So much for the claim that evolution isn’t science because (among other things) it “doesn’t make predictions”. It’s just too bad that Ahlberg & Clack didn’t explicitly refer to the “predictive capacity of evolutionary theory”.

Things brings up a point I’ve been thinking about.

Is there a place on TO that details a history of predictions that have been made and tested/fulfilled within the ToE?

I must have missed it if there is one, if not, it would be a good idea to put one together.

I’d be willing to assist if there is interest.

er, change “things” to “this”

coffee hasn’t kicked in yet

New Fossil Oh boy! Two more gaps to fill! Are they celebrating over at Uncommon Dissent yet? When I read about discoveries like this, I sometimes regret the career choices I made… Randy

Not that ID doesn’t make predictions, too. For instance, ID predicts that any biological system or organism, even those hitherto unsuspected, will look designed. You can take that to the bank!

Amazing!

Not that ID doesn’t make predictions, too…

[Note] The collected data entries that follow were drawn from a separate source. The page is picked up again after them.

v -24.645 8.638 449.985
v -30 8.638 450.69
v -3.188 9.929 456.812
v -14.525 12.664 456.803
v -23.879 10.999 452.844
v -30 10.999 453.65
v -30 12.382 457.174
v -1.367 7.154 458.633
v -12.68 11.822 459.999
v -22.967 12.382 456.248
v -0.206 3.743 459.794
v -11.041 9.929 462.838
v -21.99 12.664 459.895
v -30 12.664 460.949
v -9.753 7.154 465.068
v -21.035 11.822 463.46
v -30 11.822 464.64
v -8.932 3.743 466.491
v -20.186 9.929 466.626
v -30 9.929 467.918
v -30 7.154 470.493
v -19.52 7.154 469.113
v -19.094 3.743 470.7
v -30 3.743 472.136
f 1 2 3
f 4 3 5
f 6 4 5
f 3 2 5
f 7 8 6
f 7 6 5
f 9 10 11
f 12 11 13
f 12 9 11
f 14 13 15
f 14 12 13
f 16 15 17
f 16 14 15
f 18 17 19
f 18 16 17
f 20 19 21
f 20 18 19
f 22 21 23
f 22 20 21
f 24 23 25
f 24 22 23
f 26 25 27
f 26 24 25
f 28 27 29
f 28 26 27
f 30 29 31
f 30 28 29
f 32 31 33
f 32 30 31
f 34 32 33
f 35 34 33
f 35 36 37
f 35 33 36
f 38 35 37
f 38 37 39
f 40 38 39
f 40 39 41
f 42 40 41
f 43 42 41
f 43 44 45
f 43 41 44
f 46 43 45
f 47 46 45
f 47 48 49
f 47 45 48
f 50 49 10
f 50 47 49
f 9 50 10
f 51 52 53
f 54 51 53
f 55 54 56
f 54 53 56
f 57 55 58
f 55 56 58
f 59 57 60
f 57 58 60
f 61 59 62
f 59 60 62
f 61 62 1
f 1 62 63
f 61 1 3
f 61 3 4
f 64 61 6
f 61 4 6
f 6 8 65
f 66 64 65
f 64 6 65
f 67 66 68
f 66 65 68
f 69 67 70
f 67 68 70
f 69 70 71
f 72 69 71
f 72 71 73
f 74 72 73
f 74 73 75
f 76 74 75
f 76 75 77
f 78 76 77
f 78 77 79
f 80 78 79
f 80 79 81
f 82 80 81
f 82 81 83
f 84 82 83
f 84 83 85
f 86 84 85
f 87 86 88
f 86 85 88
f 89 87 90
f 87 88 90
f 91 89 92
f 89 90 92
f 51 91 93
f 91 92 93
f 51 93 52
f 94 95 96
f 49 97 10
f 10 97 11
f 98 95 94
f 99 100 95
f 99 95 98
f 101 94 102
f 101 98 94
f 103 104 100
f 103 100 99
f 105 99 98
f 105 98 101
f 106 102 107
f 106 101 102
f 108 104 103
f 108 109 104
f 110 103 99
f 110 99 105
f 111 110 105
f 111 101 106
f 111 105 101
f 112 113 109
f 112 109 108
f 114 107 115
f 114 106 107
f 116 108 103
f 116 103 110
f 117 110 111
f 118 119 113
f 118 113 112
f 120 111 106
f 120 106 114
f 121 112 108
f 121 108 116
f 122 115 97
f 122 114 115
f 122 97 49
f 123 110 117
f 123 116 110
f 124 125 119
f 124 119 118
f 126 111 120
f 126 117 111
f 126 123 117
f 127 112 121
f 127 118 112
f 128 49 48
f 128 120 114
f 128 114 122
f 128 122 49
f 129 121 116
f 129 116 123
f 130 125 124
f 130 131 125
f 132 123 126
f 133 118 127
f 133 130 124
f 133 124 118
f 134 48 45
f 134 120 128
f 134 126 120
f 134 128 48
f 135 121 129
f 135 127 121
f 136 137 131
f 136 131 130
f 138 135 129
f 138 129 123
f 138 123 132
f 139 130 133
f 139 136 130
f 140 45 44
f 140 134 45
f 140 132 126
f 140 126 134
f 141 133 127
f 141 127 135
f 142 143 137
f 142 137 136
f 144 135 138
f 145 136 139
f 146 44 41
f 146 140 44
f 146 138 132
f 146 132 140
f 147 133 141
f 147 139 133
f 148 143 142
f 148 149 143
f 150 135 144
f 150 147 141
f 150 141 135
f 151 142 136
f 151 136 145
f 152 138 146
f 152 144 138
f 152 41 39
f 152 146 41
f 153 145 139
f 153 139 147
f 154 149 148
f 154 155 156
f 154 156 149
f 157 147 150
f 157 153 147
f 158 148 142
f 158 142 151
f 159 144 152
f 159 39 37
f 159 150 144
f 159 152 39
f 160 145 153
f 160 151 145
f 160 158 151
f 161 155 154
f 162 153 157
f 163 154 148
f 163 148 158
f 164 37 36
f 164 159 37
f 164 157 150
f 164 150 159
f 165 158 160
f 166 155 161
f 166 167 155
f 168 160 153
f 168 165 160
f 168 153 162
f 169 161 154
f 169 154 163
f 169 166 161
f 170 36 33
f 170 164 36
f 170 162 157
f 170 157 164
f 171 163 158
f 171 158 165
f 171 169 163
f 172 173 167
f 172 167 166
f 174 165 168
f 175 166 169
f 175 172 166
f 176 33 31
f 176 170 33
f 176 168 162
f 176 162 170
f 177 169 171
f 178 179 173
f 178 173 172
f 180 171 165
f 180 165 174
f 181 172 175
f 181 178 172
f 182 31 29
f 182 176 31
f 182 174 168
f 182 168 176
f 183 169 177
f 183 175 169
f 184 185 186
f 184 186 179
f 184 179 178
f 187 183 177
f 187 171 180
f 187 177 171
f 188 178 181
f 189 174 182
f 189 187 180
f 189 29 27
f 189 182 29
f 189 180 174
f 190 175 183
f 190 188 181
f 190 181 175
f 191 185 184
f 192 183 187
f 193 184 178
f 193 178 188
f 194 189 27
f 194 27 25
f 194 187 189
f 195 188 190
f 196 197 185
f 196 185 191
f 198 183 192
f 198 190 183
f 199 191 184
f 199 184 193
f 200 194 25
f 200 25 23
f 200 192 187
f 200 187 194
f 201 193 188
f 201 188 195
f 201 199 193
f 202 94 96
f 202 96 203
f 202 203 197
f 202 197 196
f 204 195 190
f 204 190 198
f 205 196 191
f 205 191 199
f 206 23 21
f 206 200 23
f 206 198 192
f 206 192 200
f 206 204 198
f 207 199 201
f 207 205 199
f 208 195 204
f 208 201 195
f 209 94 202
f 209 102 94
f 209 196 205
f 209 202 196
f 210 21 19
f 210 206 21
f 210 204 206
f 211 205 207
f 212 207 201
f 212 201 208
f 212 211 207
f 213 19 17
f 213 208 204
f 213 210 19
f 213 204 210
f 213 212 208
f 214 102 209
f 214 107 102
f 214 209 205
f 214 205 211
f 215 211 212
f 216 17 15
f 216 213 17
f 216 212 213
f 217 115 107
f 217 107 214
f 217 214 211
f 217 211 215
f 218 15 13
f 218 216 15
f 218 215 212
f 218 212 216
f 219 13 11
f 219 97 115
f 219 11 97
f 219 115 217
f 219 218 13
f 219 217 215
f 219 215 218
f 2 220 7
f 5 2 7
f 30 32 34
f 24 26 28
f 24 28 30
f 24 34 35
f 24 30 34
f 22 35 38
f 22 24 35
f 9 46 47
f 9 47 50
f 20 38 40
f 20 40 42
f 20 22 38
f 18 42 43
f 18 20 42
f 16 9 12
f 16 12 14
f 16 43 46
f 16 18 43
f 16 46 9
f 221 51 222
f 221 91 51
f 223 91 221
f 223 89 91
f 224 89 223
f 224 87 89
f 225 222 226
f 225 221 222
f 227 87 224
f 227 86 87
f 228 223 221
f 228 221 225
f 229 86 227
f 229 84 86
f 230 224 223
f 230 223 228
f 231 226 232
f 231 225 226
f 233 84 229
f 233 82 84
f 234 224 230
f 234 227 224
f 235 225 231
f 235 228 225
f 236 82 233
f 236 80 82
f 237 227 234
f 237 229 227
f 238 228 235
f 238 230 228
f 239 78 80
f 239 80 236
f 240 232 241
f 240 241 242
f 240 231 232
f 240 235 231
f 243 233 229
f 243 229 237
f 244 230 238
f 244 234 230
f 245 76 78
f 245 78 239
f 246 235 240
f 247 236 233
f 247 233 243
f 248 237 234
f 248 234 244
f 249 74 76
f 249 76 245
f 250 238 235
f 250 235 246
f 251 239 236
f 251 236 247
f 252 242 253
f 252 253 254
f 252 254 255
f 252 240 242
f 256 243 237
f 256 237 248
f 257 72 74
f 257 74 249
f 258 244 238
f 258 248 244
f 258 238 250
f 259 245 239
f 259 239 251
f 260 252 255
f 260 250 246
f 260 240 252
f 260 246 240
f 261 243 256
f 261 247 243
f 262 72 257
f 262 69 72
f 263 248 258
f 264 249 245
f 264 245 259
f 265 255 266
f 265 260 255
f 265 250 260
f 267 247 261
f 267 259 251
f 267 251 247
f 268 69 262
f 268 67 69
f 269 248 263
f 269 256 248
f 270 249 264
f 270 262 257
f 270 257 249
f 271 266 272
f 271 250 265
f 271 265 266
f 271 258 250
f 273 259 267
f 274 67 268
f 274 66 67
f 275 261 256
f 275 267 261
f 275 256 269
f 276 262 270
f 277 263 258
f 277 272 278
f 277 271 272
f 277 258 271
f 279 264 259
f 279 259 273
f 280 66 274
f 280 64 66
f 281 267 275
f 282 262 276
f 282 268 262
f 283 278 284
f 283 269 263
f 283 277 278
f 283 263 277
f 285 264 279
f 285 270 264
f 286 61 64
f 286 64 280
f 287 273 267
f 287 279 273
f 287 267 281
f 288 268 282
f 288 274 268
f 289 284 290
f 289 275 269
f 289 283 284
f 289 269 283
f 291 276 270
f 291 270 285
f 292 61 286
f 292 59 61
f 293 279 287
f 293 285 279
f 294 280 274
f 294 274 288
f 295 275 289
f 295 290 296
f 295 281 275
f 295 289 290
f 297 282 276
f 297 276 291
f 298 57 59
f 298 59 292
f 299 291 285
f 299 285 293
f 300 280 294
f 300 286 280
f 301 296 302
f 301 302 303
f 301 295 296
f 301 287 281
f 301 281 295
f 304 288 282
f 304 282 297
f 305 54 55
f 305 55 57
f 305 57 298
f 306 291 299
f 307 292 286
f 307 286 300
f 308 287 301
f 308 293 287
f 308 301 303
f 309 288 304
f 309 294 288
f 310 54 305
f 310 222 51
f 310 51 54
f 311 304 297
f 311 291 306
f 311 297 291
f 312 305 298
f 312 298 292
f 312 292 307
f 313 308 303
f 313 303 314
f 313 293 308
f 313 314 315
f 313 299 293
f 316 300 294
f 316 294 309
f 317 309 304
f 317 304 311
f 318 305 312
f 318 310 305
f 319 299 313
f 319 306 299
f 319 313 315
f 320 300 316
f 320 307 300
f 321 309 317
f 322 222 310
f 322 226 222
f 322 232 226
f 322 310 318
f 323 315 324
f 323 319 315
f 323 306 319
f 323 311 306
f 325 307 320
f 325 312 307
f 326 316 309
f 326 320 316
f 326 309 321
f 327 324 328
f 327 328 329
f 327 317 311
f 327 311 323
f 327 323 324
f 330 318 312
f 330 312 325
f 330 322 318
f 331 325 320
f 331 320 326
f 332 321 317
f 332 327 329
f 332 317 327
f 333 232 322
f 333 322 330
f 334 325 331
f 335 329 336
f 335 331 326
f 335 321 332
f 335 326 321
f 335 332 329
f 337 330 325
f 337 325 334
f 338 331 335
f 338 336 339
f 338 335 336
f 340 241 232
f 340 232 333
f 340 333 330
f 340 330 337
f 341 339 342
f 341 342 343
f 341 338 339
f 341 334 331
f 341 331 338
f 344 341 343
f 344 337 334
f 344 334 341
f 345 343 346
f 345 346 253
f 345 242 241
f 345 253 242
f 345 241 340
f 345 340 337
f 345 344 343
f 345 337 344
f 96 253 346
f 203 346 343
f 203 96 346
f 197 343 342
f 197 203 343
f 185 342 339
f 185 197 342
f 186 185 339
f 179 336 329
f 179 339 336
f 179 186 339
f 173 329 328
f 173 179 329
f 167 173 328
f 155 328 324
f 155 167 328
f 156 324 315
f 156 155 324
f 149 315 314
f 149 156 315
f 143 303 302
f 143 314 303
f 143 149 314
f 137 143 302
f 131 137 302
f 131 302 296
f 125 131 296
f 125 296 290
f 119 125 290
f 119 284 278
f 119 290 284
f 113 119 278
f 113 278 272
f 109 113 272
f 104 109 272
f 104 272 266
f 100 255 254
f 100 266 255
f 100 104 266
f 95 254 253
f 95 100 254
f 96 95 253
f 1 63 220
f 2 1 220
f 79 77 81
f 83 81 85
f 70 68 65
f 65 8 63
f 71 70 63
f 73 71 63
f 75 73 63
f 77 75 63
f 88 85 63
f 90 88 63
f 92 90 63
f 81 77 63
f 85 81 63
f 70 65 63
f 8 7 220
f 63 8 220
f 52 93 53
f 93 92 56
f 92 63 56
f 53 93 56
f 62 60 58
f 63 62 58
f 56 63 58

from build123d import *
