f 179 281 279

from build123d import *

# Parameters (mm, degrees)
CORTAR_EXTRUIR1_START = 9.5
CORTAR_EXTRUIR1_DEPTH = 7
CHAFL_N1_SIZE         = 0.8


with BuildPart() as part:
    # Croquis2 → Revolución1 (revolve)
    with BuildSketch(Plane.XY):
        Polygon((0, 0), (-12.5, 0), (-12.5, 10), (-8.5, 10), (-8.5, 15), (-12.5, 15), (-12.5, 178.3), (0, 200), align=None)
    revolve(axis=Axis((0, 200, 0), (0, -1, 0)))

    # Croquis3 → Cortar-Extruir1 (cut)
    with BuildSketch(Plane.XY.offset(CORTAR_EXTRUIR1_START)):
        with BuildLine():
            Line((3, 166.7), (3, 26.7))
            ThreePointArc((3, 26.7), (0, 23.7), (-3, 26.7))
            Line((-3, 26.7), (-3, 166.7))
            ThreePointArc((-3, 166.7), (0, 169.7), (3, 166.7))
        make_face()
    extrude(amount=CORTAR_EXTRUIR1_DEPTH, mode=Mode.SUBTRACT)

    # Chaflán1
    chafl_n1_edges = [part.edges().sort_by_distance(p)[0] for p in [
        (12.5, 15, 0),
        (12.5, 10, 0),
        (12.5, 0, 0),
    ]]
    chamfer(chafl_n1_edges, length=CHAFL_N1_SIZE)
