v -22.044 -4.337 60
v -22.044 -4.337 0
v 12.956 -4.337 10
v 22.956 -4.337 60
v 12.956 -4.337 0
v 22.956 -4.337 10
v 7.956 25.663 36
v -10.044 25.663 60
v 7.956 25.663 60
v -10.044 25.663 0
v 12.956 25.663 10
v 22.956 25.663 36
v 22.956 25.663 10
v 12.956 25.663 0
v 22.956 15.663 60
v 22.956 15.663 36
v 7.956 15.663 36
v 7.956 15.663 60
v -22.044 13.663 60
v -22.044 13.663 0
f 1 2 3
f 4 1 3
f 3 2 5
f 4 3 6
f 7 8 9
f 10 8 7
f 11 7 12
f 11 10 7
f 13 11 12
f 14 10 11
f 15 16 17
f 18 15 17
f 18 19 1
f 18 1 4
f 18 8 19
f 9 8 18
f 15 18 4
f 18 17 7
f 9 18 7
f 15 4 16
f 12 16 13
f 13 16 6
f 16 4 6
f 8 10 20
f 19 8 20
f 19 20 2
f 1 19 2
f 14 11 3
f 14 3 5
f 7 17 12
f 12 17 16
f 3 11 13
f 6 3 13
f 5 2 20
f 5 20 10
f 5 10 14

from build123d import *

# Parameters (mm, degrees)
BOSS_EXTRUDE1_DEPTH = 60
SKETCH3_W           = 15
SKETCH3_H           = 36
BOSS_EXTRUDE2_DEPTH = 10
SKETCH4_W           = 10
SKETCH4_H           = 10
CUT_EXTRUDE2_DEPTH  = 40


with BuildPart() as part:
    # Sketch1 → Boss-Extrude1 (new body)
    with BuildSketch(Plane.XY):
        Polygon((-22.044198895, 13.662983425), (-22.044198895, -4.337016575), (22.955801105, -4.337016575), (22.955801105, 15.662983425), (7.955801105, 15.662983425), (7.955801105, 25.662983425), (-10.044198895, 25.662983425), align=None)
    extrude(amount=BOSS_EXTRUDE1_DEPTH)

    # Sketch3 → Boss-Extrude2 (add)
    with BuildSketch(Plane(origin=(0, 15.662983425, 0), x_dir=(1, 0, 0), z_dir=(0, 1, 0))):
        with Locations((15.455801105, -18)):
            Rectangle(SKETCH3_W, SKETCH3_H)
    extrude(amount=BOSS_EXTRUDE2_DEPTH)

    # Sketch4 → Cut-Extrude2 (cut)
    with BuildSketch(Plane(origin=(0, 25.662983425, 0), x_dir=(1, 0, 0), z_dir=(0, 1, 0))):
        with Locations((17.955801105, -5)):
            Rectangle(SKETCH4_W, SKETCH4_H)
    extrude(amount=-CUT_EXTRUDE2_DEPTH, mode=Mode.SUBTRACT)


solid = part.part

Didn’t Michael Behe predict that no transitional forms between land mammals and whales would ever be found? And shortly thereafter, guess what scientists discovered? Also, as I recall, Stephen Jay Gould wrote an excellent column on the discovery of these transitional whales.

I saw this on the Channel Four news this evening. Fascinating !

However, I look forward to the creationist reaction to this find. It will be interesting to see what “Kind” of animal this was, according to them. If they label it a land animal then presumably it must have been on the ark along with the dinosaurs !

Mr. Darwin Wrote:

So much for the claim that evolution isn’t science because (among other things) it “doesn’t make predictions”. It’s just too bad that Ahlberg & Clack didn’t explicitly refer to the “predictive capacity of evolutionary theory”.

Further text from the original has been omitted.